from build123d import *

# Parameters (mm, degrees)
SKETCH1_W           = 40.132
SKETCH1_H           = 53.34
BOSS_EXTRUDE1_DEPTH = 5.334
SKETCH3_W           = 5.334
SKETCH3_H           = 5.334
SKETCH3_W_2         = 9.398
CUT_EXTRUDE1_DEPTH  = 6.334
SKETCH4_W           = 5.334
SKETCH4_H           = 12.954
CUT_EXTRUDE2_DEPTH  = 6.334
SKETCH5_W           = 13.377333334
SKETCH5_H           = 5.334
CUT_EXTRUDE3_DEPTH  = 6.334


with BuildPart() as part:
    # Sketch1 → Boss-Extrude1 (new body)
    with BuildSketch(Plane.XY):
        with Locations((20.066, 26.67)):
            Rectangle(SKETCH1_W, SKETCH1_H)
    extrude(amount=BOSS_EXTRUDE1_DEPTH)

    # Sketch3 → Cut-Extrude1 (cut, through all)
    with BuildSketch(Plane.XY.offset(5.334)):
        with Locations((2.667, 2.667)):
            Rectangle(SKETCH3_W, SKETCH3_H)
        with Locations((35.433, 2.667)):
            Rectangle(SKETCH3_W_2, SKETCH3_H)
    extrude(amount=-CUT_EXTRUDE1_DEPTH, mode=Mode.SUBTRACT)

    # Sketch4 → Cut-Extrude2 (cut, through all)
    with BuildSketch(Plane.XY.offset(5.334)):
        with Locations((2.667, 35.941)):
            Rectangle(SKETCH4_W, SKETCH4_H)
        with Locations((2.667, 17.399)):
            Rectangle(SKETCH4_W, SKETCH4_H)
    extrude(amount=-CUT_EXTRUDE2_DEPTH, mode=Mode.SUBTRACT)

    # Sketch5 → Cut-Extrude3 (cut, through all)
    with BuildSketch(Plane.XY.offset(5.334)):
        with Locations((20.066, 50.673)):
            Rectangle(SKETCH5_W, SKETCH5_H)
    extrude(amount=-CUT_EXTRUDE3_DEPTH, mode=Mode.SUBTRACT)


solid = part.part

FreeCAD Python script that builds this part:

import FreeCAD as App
import Part
import Sketcher

V = App.Vector
Q = App.Units.Quantity

doc = App.newDocument("Part")
body = doc.addObject("PartDesign::Body", "Body")

# Sketch on XY plane
sketch1 = body.newObject("Sketcher::SketchObject", "Sketch")
sketch1.AttachmentSupport = (doc.getObject("XY_Plane"), [""])
sketch1.MapMode = "FlatFace"
sketch1.addGeometry([
    Part.LineSegment(V(0, 53, 0), V(0, 0, 0)),
    Part.LineSegment(V(0, 0, 0), V(40, 0, 0)),
    Part.LineSegment(V(40, 0, 0), V(40, 53, 0)),
    Part.LineSegment(V(40, 53, 0), V(0, 53, 0)),
], False)
sketch1.addConstraint([
    Sketcher.Constraint("Coincident", 0, 2, 1, 1),
    Sketcher.Constraint("Coincident", 1, 2, 2, 1),
    Sketcher.Constraint("Coincident", 2, 2, 3, 1),
    Sketcher.Constraint("Coincident", 3, 2, 0, 1),
    Sketcher.Constraint("Vertical", 0),
    Sketcher.Constraint("Horizontal", 1),
    Sketcher.Constraint("Vertical", 2),
    Sketcher.Constraint("Horizontal", 3),
    Sketcher.Constraint("Coincident", 0, 2, -1, 1),
    Sketcher.Constraint("DistanceY", 0, 2, 0, 1, Q("2.1 in")),
    Sketcher.Constraint("DistanceX", 1, 1, 1, 2, Q("1.58 in")),
])
pad1 = body.newObject("PartDesign::Pad", "Pad")
pad1.Profile = sketch1
pad1.Length = Q("0.21 in")

# Sketch on XY plane
sketch2 = body.newObject("Sketcher::SketchObject", "Sketch001")
sketch2.AttachmentSupport = (doc.getObject("XY_Plane"), [""])
sketch2.MapMode = "FlatFace"
sketch2.AttachmentOffset = App.Placement(V(0, 0, 0.21 * 25.4), App.Rotation())
sketch2.addGeometry([
    Part.LineSegment(V(0, 5, 0), V(0, 0, 0)),  # 0
    Part.LineSegment(V(0, 0, 0), V(5, 0, 0)),  # 1
    Part.LineSegment(V(5, 0, 0), V(5, 5, 0)),  # 2
    Part.LineSegment(V(5, 5, 0), V(0, 5, 0)),  # 3
    Part.LineSegment(V(31, 5, 0), V(31, 0, 0)),  # 4
    Part.LineSegment(V(31, 0, 0), V(40, 0, 0)),  # 5
    Part.LineSegment(V(40, 0, 0), V(40, 5, 0)),  # 6
    Part.LineSegment(V(40, 5, 0), V(31, 5, 0)),  # 7
], False)
sketch2.addConstraint([
    Sketcher.Constraint("Coincident", 0, 2, 1, 1),
    Sketcher.Constraint("Coincident", 1, 2, 2, 1),
    Sketcher.Constraint("Coincident", 2, 2, 3, 1),
    Sketcher.Constraint("Coincident", 3, 2, 0, 1),
    Sketcher.Constraint("Coincident", 4, 2, 5, 1),
    Sketcher.Constraint("Coincident", 5, 2, 6, 1),
    Sketcher.Constraint("Coincident", 6, 2, 7, 1),
    Sketcher.Constraint("Coincident", 7, 2, 4, 1),
    Sketcher.Constraint("Vertical", 0),
    Sketcher.Constraint("Horizontal", 1),
    Sketcher.Constraint("Vertical", 2),
    Sketcher.Constraint("Horizontal", 3),
    Sketcher.Constraint("Vertical", 4),
    Sketcher.Constraint("Horizontal", 5),
    Sketcher.Constraint("Vertical", 6),
    Sketcher.Constraint("Horizontal", 7),
    Sketcher.Constraint("Coincident", 0, 2, -1, 1),
    Sketcher.Constraint("PointOnObject", 4, 2, -1),
    Sketcher.Constraint("Horizontal", 3, 2, 6, 2),
    Sketcher.Constraint("Equal", 3, 0),
    Sketcher.Constraint("DistanceX", 1, 2, 4, 2, Q("1 in")),
    Sketcher.Constraint("DistanceX", 1, 1, 1, 2, Q("0.21 in")),
    Sketcher.Constraint("DistanceX", 5, 1, 5, 2, Q("0.37 in")),
])
pocket1 = body.newObject("PartDesign::Pocket", "Pocket")
pocket1.Profile = sketch2
pocket1.Type = "ThroughAll"

# Sketch on XY plane
sketch3 = body.newObject("Sketcher::SketchObject", "Sketch002")
sketch3.AttachmentSupport = (doc.getObject("XY_Plane"), [""])
sketch3.MapMode = "FlatFace"
sketch3.AttachmentOffset = App.Placement(V(0, 0, 0.21 * 25.4), App.Rotation())
sketch3.addGeometry([
    Part.LineSegment(V(0, 42, 0), V(0, 29, 0)),  # 0
    Part.LineSegment(V(0, 29, 0), V(5, 29, 0)),  # 1
    Part.LineSegment(V(5, 29, 0), V(5, 42, 0)),  # 2
    Part.LineSegment(V(5, 42, 0), V(0, 42, 0)),  # 3
    Part.LineSegment(V(0, 24, 0), V(0, 11, 0)),  # 4
    Part.LineSegment(V(0, 11, 0), V(5, 11, 0)),  # 5
    Part.LineSegment(V(5, 11, 0), V(5, 24, 0)),  # 6
    Part.LineSegment(V(5, 24, 0), V(0, 24, 0)),  # 7
], False)
sketch3.addConstraint([
    Sketcher.Constraint("Coincident", 0, 2, 1, 1),
    Sketcher.Constraint("Coincident", 1, 2, 2, 1),
    Sketcher.Constraint("Coincident", 2, 2, 3, 1),
    Sketcher.Constraint("Coincident", 3, 2, 0, 1),
    Sketcher.Constraint("Coincident", 4, 2, 5, 1),
    Sketcher.Constraint("Coincident", 5, 2, 6, 1),
    Sketcher.Constraint("Coincident", 6, 2, 7, 1),
    Sketcher.Constraint("Coincident", 7, 2, 4, 1),
    Sketcher.Constraint("Vertical", 0),
    Sketcher.Constraint("Horizontal", 1),
    Sketcher.Constraint("Vertical", 2),
    Sketcher.Constraint("Horizontal", 3),
    Sketcher.Constraint("Vertical", 4),
    Sketcher.Constraint("Horizontal", 5),
    Sketcher.Constraint("Vertical", 6),
    Sketcher.Constraint("Horizontal", 7),
    Sketcher.Constraint("PointOnObject", 0, 2, -2),
    Sketcher.Constraint("PointOnObject", 4, 2, -2),
    Sketcher.Constraint("Vertical", 2, 2, 5, 2),
    Sketcher.Constraint("Equal", 2, 4),
    Sketcher.Constraint("DistanceX", 1, 1, 1, 2, Q("0.21 in")),
    Sketcher.Constraint("DistanceY", 0, 2, 0, 1, Q("0.51 in")),
    Sketcher.Constraint("DistanceY", -1, 1, 0, 2, Q("1.16 in")),
    Sketcher.Constraint("DistanceY", -1, 1, 4, 2, Q("0.43 in")),
])
pocket2 = body.newObject("PartDesign::Pocket", "Pocket001")
pocket2.Profile = sketch3
pocket2.Type = "ThroughAll"

# Sketch on XY plane
sketch4 = body.newObject("Sketcher::SketchObject", "Sketch003")
sketch4.AttachmentSupport = (doc.getObject("XY_Plane"), [""])
sketch4.MapMode = "FlatFace"
sketch4.AttachmentOffset = App.Placement(V(0, 0, 0.21 * 25.4), App.Rotation())
sketch4.addGeometry([
    Part.LineSegment(V(13, 53, 0), V(13, 48, 0)),
    Part.LineSegment(V(13, 48, 0), V(27, 48, 0)),
    Part.LineSegment(V(27, 48, 0), V(27, 53, 0)),
    Part.LineSegment(V(27, 53, 0), V(13, 53, 0)),
], False)
sketch4.addConstraint([
    Sketcher.Constraint("Coincident", 0, 2, 1, 1),
    Sketcher.Constraint("Coincident", 1, 2, 2, 1),
    Sketcher.Constraint("Coincident", 2, 2, 3, 1),
    Sketcher.Constraint("Coincident", 3, 2, 0, 1),
    Sketcher.Constraint("Vertical", 0),
    Sketcher.Constraint("Horizontal", 1),
    Sketcher.Constraint("Vertical", 2),
    Sketcher.Constraint("Horizontal", 3),
    Sketcher.Constraint("DistanceY", 0, 2, 0, 1, Q("0.21 in")),
    Sketcher.Constraint("DistanceY", -1, 1, 2, 2, Q("2.1 in")),
    Sketcher.Constraint("DistanceX", 1, 1, 1, 2, Q("13.377333 mm")),
    Sketcher.Constraint("DistanceX", -1, 1, 0, 2, Q("13.377333 mm")),
])
pocket3 = body.newObject("PartDesign::Pocket", "Pocket002")
pocket3.Profile = sketch4
pocket3.Type = "ThroughAll"

doc.recompute()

◇ ◇ ◇ ◇ ◇

◆ About this task
Write out every line of the preceding listing that contains "Locations".

◆ Your solution
        with Locations((20.066, 26.67)):
        with Locations((2.667, 2.667)):
        with Locations((35.433, 2.667)):
        with Locations((2.667, 35.941)):
        with Locations((2.667, 17.399)):
        with Locations((20.066, 50.673)):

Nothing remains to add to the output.